__YOUR OBJECTIVE__: Lines to return, exactly: from the line with "#184=CIRCLE('',#183,1.);" to the line with "#195=ORIENTED_EDGE('',*,*,#134,.F.);" in the entries below, both included.

__STUDY MATERIAL__:
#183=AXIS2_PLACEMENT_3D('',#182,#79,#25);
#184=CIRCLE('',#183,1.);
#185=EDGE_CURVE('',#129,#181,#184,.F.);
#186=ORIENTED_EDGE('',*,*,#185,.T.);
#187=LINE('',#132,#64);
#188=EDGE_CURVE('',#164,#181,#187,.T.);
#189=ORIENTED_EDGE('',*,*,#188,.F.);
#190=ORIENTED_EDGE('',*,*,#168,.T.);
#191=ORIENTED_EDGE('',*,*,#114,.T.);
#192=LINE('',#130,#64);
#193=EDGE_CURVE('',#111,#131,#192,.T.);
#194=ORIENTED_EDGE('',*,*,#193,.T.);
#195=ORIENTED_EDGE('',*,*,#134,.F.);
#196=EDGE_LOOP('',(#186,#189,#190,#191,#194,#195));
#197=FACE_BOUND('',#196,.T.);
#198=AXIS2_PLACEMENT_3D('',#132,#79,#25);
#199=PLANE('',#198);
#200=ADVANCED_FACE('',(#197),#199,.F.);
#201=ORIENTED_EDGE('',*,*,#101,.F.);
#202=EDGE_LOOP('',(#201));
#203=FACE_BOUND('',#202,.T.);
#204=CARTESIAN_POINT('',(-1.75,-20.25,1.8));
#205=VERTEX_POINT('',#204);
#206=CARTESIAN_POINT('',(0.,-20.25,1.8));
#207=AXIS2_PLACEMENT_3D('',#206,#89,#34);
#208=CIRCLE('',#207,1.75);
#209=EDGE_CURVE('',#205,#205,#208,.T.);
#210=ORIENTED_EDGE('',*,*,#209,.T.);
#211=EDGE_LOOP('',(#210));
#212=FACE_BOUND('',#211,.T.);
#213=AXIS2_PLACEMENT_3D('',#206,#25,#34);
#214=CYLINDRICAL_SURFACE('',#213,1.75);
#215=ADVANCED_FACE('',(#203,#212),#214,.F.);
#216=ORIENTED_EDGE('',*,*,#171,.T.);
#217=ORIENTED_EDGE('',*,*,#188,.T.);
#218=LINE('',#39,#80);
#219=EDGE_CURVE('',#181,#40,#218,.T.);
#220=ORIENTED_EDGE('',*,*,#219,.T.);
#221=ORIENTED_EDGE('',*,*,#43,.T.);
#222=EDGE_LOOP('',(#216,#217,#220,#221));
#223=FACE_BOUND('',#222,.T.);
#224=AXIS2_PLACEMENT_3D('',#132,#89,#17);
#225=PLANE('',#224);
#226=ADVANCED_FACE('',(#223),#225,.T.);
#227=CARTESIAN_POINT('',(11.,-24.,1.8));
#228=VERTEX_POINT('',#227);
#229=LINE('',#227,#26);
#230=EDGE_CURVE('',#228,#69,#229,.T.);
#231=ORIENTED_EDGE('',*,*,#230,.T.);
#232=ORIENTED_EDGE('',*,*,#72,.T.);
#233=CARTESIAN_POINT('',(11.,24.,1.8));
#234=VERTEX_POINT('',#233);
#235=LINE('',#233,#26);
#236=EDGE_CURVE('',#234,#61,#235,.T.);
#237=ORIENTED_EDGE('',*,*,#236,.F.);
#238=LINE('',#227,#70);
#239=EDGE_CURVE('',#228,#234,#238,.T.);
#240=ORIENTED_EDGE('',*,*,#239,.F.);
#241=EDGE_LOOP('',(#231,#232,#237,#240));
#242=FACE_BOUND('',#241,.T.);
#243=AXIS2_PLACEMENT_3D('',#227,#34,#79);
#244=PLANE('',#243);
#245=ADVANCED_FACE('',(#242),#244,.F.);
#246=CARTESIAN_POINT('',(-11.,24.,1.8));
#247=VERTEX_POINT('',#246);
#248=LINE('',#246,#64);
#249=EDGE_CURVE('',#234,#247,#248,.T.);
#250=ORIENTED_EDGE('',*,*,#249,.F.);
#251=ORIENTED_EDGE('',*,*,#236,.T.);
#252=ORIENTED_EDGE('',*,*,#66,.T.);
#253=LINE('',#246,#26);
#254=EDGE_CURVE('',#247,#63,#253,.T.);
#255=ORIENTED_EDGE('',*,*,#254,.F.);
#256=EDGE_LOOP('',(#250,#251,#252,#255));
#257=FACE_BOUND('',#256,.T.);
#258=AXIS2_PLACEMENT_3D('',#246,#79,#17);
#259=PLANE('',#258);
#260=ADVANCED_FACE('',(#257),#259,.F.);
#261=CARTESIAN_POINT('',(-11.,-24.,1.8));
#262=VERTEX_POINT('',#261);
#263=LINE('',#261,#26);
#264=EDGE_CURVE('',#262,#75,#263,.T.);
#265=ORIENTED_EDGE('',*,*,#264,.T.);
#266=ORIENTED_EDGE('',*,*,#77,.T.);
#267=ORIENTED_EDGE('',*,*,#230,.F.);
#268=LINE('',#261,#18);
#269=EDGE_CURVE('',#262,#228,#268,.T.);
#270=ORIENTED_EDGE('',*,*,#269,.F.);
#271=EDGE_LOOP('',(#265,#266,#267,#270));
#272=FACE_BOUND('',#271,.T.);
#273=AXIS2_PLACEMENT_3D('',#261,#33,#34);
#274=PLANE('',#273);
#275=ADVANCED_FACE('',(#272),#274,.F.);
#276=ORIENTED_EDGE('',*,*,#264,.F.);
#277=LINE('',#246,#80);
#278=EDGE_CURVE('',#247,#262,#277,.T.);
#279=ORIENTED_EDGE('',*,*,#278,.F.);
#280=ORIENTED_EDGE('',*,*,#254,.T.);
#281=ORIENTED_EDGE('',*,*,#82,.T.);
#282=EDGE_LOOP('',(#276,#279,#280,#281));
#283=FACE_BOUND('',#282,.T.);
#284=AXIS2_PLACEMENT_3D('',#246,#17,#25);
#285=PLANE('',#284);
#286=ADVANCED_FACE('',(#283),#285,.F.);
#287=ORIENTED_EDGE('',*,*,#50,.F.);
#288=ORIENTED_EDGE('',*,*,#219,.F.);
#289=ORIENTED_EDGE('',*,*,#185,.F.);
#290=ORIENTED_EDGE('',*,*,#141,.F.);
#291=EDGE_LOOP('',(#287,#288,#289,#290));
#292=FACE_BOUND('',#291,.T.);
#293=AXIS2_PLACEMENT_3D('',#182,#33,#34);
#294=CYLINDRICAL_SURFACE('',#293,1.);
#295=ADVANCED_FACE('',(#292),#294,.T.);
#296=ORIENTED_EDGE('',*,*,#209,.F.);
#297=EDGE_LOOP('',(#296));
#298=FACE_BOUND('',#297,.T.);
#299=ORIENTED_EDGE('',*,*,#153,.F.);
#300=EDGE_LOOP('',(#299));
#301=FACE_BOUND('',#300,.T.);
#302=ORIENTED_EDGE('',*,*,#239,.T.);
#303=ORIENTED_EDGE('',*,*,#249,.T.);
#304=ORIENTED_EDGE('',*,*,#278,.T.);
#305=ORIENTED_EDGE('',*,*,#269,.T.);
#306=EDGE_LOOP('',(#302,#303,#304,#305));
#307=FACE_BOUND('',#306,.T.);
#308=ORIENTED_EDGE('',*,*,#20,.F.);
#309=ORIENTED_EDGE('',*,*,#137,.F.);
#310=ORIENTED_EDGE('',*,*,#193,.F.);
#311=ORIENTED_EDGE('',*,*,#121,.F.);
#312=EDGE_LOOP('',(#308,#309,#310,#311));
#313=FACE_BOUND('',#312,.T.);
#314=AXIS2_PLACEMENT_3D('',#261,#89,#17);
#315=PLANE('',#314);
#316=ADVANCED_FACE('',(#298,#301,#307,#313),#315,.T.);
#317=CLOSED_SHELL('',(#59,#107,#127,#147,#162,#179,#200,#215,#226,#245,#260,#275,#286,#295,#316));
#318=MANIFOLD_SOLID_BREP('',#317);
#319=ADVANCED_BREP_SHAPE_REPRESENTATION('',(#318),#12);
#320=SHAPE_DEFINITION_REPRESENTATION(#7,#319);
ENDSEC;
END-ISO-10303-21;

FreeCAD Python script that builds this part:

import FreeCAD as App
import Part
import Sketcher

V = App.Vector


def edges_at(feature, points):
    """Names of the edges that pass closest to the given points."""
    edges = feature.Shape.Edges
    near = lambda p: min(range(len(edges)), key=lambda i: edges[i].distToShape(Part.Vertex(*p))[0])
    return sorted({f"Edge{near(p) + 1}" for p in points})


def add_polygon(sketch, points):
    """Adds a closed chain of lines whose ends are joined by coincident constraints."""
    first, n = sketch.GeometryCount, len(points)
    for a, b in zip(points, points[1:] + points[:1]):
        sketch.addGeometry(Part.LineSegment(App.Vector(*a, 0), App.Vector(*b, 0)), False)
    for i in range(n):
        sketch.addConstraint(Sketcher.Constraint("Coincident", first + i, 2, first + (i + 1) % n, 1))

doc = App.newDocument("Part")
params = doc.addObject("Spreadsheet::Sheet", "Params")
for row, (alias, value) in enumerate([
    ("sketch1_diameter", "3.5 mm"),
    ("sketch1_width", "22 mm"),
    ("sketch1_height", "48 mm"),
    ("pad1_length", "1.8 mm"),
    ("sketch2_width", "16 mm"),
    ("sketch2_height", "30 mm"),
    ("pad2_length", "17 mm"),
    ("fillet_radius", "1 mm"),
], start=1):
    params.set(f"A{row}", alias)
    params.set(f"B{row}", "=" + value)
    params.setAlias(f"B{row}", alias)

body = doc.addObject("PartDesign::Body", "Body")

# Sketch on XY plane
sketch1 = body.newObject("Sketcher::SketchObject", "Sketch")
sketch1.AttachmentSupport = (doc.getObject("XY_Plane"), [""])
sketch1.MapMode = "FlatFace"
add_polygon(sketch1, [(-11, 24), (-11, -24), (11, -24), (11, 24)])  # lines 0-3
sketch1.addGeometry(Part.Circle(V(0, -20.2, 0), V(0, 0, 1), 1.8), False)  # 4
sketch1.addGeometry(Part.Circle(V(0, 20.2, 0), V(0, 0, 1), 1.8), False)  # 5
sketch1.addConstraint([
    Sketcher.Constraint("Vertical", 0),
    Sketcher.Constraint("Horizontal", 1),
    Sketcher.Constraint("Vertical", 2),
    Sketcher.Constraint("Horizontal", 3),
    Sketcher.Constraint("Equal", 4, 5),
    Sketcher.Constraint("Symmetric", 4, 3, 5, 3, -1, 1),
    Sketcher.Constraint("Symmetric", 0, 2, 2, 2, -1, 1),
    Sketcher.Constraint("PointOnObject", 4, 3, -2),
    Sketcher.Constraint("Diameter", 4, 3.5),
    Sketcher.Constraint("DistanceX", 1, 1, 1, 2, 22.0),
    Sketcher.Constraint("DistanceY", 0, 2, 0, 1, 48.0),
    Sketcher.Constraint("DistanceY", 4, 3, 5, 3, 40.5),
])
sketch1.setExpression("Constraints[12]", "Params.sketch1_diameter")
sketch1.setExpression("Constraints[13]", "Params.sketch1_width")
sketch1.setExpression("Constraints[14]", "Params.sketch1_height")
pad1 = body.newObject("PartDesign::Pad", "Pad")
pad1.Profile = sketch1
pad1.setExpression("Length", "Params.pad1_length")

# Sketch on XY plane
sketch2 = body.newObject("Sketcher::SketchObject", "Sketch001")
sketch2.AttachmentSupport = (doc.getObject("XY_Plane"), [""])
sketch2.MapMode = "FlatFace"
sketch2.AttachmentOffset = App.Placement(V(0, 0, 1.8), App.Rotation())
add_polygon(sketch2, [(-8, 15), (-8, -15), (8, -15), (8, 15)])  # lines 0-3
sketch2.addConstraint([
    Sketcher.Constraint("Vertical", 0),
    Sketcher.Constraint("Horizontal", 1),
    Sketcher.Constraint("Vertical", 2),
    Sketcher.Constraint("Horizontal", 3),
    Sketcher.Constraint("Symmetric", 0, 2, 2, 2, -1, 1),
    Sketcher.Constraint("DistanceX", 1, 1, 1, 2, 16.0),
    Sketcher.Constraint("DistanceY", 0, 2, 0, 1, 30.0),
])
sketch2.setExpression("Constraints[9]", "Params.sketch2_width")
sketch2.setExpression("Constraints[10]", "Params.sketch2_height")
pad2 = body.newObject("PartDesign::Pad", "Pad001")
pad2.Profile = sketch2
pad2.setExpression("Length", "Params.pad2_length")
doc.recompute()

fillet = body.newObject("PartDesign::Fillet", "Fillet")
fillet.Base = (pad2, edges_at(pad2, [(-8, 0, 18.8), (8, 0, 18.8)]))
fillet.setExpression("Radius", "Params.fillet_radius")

__WRITTEN SOLUTION__:
#184=CIRCLE('',#183,1.);
#185=EDGE_CURVE('',#129,#181,#184,.F.);
#186=ORIENTED_EDGE('',*,*,#185,.T.);
#187=LINE('',#132,#64);
#188=EDGE_CURVE('',#164,#181,#187,.T.);
#189=ORIENTED_EDGE('',*,*,#188,.F.);
#190=ORIENTED_EDGE('',*,*,#168,.T.);
#191=ORIENTED_EDGE('',*,*,#114,.T.);
#192=LINE('',#130,#64);
#193=EDGE_CURVE('',#111,#131,#192,.T.);
#194=ORIENTED_EDGE('',*,*,#193,.T.);
#195=ORIENTED_EDGE('',*,*,#134,.F.);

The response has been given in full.